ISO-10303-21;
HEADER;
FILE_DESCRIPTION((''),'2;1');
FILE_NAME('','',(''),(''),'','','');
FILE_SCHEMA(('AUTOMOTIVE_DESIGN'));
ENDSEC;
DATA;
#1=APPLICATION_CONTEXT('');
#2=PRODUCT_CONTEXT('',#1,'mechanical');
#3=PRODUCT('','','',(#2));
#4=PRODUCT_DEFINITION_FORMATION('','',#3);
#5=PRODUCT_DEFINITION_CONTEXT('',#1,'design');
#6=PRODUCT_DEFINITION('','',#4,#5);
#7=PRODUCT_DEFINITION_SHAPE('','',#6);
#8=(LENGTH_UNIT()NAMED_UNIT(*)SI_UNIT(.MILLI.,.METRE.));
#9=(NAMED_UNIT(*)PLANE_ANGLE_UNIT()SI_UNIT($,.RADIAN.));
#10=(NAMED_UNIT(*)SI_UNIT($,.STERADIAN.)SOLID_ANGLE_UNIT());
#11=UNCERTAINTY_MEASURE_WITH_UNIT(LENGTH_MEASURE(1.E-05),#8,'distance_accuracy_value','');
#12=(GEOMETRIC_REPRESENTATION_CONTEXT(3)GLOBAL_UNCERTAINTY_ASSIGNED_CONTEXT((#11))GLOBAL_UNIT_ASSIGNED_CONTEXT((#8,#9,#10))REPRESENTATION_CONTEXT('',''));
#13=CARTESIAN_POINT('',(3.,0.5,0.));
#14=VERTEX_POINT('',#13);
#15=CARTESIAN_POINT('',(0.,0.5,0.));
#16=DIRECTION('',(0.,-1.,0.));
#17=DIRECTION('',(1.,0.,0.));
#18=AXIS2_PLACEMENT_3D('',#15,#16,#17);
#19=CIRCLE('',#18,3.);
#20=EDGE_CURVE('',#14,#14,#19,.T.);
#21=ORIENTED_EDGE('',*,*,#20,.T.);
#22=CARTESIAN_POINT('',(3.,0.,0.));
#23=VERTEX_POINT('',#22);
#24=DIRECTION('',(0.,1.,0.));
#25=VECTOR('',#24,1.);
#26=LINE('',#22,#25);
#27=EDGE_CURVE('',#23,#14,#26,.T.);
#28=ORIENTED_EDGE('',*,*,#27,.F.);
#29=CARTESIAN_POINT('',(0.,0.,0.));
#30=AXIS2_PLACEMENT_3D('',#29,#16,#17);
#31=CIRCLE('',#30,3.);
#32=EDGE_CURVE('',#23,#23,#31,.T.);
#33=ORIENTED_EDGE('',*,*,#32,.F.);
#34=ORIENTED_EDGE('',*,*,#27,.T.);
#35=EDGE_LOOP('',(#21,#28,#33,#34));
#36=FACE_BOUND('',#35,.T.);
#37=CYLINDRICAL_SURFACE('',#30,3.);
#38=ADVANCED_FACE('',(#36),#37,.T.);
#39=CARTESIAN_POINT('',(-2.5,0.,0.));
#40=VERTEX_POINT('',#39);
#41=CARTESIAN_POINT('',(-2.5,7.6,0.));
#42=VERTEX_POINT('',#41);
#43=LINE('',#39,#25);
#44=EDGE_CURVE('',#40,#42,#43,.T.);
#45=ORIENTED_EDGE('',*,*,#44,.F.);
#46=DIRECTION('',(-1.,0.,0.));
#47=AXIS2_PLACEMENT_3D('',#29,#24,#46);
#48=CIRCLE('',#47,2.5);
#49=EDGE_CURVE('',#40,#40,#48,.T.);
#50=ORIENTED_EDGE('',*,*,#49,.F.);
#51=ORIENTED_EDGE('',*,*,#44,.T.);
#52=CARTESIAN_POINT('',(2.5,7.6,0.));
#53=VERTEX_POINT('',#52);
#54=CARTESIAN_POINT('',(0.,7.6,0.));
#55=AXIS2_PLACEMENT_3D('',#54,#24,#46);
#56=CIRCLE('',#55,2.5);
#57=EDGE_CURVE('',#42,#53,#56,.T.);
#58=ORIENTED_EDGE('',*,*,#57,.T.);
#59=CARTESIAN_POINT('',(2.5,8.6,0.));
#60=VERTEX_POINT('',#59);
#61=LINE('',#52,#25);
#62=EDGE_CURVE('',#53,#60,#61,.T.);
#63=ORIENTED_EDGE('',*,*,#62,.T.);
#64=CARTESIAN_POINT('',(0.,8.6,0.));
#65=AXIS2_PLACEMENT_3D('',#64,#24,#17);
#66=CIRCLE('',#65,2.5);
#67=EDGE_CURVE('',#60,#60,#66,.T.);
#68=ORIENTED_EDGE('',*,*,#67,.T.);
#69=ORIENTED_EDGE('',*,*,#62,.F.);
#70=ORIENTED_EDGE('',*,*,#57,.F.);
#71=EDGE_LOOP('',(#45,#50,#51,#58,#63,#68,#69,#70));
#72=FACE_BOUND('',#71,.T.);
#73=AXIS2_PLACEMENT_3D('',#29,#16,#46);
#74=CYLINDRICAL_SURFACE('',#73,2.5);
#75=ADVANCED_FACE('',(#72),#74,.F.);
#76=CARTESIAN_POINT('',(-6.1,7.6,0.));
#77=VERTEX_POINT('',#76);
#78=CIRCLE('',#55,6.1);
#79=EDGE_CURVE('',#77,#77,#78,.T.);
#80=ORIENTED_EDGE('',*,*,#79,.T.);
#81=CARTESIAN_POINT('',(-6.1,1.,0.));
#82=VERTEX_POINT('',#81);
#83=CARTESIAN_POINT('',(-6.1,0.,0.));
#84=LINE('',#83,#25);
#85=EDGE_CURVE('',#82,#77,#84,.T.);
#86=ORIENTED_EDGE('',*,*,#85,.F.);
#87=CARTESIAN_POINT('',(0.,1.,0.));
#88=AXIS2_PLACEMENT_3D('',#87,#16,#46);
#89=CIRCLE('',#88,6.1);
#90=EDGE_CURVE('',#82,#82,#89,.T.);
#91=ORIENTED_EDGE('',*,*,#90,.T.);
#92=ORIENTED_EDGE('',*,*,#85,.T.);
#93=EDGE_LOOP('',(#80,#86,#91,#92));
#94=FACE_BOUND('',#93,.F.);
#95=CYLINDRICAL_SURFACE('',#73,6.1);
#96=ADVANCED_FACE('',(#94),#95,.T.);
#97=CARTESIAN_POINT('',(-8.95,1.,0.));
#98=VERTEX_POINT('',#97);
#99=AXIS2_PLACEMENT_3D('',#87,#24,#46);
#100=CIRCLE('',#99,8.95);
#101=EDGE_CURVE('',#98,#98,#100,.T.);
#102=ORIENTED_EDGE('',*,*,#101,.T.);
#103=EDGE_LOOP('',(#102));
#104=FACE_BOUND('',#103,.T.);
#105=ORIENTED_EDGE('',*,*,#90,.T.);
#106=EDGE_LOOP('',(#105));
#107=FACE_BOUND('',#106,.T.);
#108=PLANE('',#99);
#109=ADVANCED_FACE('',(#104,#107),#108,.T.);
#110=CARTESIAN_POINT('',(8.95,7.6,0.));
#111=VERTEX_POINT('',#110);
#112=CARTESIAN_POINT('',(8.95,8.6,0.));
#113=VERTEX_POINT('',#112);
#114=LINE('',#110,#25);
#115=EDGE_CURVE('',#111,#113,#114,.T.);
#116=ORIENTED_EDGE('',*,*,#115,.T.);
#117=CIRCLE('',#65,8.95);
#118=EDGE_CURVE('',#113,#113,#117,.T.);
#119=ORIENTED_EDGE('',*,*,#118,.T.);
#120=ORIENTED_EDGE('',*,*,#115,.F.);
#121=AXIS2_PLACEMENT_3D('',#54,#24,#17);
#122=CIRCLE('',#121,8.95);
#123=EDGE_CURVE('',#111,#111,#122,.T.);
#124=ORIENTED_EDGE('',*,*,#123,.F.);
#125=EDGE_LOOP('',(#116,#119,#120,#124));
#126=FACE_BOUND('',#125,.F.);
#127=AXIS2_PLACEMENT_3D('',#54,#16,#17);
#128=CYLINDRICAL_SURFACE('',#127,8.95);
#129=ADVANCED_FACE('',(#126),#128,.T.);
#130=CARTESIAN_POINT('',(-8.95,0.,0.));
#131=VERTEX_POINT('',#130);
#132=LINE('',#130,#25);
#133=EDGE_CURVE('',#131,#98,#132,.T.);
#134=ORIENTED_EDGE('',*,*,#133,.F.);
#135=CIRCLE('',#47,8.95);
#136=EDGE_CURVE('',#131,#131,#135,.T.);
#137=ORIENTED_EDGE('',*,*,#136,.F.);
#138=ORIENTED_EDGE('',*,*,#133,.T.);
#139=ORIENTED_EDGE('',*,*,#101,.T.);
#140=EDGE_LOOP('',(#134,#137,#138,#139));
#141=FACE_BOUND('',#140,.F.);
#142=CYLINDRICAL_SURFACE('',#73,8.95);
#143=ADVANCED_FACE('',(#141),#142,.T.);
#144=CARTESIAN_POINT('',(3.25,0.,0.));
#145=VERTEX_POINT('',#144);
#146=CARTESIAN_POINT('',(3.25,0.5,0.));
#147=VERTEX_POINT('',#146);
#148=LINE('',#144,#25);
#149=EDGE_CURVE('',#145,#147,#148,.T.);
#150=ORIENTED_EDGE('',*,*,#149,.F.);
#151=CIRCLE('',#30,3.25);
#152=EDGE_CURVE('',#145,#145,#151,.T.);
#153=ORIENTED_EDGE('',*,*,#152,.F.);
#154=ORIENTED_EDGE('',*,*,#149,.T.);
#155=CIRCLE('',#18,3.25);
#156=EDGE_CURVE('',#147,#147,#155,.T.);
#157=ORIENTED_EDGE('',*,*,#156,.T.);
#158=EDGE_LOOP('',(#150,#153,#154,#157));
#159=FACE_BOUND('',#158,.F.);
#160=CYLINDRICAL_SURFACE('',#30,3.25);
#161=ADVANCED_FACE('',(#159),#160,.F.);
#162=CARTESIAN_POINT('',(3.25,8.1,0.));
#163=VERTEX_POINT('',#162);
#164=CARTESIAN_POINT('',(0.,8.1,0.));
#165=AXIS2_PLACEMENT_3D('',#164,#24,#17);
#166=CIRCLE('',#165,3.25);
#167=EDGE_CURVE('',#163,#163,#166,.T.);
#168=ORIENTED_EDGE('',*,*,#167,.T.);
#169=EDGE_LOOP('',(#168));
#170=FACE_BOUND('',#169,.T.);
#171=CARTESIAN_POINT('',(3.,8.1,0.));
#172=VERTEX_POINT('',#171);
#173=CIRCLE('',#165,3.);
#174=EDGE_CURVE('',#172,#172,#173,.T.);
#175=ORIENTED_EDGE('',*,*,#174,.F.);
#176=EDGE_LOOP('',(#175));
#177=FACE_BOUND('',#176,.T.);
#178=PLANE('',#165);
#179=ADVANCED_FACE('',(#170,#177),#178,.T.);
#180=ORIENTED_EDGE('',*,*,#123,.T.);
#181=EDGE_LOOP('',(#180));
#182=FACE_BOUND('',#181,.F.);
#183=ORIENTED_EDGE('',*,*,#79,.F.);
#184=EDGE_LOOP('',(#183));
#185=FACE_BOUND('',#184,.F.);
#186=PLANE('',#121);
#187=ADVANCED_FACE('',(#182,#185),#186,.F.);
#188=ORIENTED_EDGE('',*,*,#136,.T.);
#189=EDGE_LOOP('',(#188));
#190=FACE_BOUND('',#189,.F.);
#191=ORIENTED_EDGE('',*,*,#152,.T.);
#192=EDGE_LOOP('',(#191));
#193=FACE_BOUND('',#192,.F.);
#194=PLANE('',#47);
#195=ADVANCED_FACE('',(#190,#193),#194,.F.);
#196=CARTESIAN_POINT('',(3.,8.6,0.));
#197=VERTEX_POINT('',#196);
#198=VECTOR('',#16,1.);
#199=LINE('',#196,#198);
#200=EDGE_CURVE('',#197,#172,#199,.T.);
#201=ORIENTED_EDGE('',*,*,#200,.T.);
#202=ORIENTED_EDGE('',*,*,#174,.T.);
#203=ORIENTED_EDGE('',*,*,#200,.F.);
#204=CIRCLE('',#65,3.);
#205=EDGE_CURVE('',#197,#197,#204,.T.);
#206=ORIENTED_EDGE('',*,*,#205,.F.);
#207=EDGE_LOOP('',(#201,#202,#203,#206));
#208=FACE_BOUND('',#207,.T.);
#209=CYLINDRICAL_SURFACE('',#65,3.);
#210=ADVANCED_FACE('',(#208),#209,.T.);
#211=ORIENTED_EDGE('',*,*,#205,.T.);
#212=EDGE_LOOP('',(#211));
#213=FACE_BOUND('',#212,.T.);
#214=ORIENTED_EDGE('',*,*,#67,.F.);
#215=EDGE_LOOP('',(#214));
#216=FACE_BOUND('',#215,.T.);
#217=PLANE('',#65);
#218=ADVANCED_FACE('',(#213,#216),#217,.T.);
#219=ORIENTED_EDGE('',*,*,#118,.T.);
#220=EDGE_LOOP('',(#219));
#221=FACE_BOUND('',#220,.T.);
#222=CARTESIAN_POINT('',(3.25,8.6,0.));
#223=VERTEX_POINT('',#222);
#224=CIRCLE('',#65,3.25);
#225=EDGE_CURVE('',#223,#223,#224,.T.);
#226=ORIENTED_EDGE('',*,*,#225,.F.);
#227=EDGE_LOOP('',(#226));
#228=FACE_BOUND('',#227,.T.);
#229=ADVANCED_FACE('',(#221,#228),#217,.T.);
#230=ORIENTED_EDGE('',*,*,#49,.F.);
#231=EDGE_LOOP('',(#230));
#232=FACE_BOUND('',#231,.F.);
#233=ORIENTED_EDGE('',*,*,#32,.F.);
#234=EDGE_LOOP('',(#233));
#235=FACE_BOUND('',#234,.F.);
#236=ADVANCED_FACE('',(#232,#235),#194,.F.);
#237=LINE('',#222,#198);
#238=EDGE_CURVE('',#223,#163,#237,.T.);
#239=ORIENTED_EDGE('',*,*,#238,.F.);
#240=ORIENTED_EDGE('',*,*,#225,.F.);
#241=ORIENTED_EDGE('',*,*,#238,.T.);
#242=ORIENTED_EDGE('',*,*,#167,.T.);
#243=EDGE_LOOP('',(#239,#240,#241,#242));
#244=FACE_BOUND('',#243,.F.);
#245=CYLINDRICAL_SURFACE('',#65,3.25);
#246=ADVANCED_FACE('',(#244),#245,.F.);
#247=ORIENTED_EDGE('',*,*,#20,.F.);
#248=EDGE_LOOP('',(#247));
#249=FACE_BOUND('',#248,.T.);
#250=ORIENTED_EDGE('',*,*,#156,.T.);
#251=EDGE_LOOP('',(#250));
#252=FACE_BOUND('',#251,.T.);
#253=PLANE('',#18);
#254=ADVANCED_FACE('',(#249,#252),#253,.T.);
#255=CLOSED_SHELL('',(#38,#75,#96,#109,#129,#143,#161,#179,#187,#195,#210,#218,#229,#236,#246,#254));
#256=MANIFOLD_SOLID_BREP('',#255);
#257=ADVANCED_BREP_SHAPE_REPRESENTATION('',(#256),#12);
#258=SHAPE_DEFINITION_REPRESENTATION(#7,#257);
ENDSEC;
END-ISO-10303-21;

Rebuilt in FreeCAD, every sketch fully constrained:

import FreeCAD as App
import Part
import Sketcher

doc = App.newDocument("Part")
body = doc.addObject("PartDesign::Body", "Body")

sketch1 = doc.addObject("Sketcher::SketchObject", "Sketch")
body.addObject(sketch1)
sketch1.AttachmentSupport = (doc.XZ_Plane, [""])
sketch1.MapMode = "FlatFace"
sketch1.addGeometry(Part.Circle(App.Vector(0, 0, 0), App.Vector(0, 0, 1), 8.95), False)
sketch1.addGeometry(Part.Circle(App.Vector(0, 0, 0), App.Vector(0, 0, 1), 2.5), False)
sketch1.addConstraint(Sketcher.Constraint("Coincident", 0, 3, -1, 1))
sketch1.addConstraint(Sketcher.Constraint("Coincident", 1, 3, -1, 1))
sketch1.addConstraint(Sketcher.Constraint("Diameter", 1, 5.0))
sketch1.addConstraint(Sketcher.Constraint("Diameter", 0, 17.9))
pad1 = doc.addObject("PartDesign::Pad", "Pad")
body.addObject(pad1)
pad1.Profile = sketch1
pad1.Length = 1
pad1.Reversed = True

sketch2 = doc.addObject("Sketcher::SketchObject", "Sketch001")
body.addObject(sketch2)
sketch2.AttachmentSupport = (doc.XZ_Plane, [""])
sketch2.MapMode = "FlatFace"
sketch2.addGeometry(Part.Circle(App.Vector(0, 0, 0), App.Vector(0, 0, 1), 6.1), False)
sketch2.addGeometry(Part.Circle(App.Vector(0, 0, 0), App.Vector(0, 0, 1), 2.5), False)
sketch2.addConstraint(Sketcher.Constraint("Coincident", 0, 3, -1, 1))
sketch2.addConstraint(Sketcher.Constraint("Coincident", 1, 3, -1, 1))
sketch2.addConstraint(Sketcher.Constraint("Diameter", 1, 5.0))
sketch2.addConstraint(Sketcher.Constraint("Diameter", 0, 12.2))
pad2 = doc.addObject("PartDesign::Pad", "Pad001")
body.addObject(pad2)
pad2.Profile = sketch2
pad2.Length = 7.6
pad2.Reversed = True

...

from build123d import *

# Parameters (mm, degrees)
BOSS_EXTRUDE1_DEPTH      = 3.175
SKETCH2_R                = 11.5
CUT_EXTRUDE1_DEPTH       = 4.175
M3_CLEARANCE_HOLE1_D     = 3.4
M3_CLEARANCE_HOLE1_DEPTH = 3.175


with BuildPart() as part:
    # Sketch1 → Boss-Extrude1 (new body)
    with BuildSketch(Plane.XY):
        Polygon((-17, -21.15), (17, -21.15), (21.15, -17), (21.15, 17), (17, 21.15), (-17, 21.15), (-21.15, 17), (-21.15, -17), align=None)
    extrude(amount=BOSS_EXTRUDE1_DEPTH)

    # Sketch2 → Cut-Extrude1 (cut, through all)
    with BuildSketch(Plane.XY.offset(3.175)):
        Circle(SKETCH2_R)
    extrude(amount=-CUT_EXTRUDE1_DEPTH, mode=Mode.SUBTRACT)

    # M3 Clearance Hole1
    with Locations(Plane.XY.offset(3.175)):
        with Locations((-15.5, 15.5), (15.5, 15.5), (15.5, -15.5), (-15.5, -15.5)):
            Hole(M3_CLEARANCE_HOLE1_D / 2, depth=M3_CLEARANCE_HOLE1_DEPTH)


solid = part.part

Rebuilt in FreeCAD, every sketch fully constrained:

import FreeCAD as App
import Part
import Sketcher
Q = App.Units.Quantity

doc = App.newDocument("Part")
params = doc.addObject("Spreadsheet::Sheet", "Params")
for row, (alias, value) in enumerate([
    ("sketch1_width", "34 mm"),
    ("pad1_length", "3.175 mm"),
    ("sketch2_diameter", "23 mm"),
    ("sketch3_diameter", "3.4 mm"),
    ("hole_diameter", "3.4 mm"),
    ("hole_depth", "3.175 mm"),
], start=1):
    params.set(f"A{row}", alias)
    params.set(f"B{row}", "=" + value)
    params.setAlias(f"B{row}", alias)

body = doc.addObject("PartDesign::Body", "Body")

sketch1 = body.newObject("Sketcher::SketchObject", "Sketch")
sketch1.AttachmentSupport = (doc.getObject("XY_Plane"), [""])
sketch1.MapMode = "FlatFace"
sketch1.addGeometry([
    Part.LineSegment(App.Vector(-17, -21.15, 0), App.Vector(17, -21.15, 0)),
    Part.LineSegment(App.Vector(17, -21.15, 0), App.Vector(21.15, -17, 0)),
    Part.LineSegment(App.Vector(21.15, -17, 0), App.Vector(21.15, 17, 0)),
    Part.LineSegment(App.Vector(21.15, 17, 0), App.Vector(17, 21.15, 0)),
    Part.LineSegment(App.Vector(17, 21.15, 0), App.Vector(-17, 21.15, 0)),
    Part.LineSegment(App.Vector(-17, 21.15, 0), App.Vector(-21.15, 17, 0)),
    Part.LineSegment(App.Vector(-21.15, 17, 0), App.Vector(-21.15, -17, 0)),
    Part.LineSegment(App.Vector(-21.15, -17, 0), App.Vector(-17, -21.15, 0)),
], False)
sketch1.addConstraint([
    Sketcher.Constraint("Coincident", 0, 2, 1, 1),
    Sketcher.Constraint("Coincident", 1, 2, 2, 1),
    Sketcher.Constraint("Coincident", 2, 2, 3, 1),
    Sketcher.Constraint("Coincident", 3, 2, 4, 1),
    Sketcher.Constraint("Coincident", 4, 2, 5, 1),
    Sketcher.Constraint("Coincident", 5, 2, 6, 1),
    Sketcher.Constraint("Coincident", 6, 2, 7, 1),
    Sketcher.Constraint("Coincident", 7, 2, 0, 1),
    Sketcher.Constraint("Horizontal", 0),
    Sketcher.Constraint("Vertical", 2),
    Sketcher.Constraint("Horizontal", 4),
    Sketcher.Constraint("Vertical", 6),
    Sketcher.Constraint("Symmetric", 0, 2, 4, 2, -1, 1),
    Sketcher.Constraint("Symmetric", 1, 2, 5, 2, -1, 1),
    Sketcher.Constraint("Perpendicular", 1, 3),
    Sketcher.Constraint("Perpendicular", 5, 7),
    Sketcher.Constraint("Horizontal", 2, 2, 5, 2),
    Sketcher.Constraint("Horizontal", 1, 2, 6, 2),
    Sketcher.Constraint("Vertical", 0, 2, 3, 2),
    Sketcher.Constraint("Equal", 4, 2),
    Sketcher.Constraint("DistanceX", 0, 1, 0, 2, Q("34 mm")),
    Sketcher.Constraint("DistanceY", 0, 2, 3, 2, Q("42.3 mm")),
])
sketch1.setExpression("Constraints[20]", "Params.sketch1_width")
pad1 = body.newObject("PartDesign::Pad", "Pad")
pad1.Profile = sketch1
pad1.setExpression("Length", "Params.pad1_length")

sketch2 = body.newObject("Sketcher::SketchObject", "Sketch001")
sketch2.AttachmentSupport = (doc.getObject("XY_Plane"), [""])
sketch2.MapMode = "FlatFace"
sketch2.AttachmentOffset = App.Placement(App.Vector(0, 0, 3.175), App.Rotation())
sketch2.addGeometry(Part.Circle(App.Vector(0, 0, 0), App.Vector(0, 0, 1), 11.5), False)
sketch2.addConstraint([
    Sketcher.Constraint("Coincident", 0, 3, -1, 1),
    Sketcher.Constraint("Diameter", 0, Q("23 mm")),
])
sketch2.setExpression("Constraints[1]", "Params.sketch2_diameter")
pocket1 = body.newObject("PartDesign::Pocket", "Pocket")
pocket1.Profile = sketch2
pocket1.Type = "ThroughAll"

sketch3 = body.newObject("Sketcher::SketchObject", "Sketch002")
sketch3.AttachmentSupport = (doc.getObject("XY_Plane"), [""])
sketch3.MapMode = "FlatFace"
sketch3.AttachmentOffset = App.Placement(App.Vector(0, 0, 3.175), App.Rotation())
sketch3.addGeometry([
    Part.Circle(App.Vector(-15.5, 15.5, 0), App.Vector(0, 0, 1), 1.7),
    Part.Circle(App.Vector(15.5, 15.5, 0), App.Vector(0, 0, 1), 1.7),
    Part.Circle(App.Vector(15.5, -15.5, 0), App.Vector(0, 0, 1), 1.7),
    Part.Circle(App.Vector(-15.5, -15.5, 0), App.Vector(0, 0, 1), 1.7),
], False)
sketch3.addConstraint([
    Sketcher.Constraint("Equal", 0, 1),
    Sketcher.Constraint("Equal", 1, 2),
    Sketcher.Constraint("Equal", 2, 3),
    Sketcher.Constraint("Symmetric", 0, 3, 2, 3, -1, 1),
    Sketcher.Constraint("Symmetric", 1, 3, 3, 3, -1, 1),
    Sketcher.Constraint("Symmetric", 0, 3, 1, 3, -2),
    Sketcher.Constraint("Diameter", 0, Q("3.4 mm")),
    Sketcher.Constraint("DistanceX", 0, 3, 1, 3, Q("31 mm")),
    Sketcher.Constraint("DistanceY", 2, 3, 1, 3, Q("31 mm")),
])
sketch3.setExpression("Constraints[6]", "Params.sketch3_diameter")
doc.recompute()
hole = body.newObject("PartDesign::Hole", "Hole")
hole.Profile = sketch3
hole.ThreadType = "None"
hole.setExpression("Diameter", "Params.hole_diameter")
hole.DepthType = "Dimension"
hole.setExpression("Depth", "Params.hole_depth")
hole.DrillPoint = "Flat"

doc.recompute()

WHAT THE TASK ASKS:
The lines above starting at the one that contains "#100=CIRCLE('',#99,8.95);" and ending at the one that contains "#126=FACE_BOUND('',#125,.F.);" must be transcribed exactly, and no other lines may appear.

TASK SOLUTION:
#100=CIRCLE('',#99,8.95);
#101=EDGE_CURVE('',#98,#98,#100,.T.);
#102=ORIENTED_EDGE('',*,*,#101,.T.);
#103=EDGE_LOOP('',(#102));
#104=FACE_BOUND('',#103,.T.);
#105=ORIENTED_EDGE('',*,*,#90,.T.);
#106=EDGE_LOOP('',(#105));
#107=FACE_BOUND('',#106,.T.);
#108=PLANE('',#99);
#109=ADVANCED_FACE('',(#104,#107),#108,.T.);
#110=CARTESIAN_POINT('',(8.95,7.6,0.));
#111=VERTEX_POINT('',#110);
#112=CARTESIAN_POINT('',(8.95,8.6,0.));
#113=VERTEX_POINT('',#112);
#114=LINE('',#110,#25);
#115=EDGE_CURVE('',#111,#113,#114,.T.);
#116=ORIENTED_EDGE('',*,*,#115,.T.);
#117=CIRCLE('',#65,8.95);
#118=EDGE_CURVE('',#113,#113,#117,.T.);
#119=ORIENTED_EDGE('',*,*,#118,.T.);
#120=ORIENTED_EDGE('',*,*,#115,.F.);
#121=AXIS2_PLACEMENT_3D('',#54,#24,#17);
#122=CIRCLE('',#121,8.95);
#123=EDGE_CURVE('',#111,#111,#122,.T.);
#124=ORIENTED_EDGE('',*,*,#123,.F.);
#125=EDGE_LOOP('',(#116,#119,#120,#124));
#126=FACE_BOUND('',#125,.F.);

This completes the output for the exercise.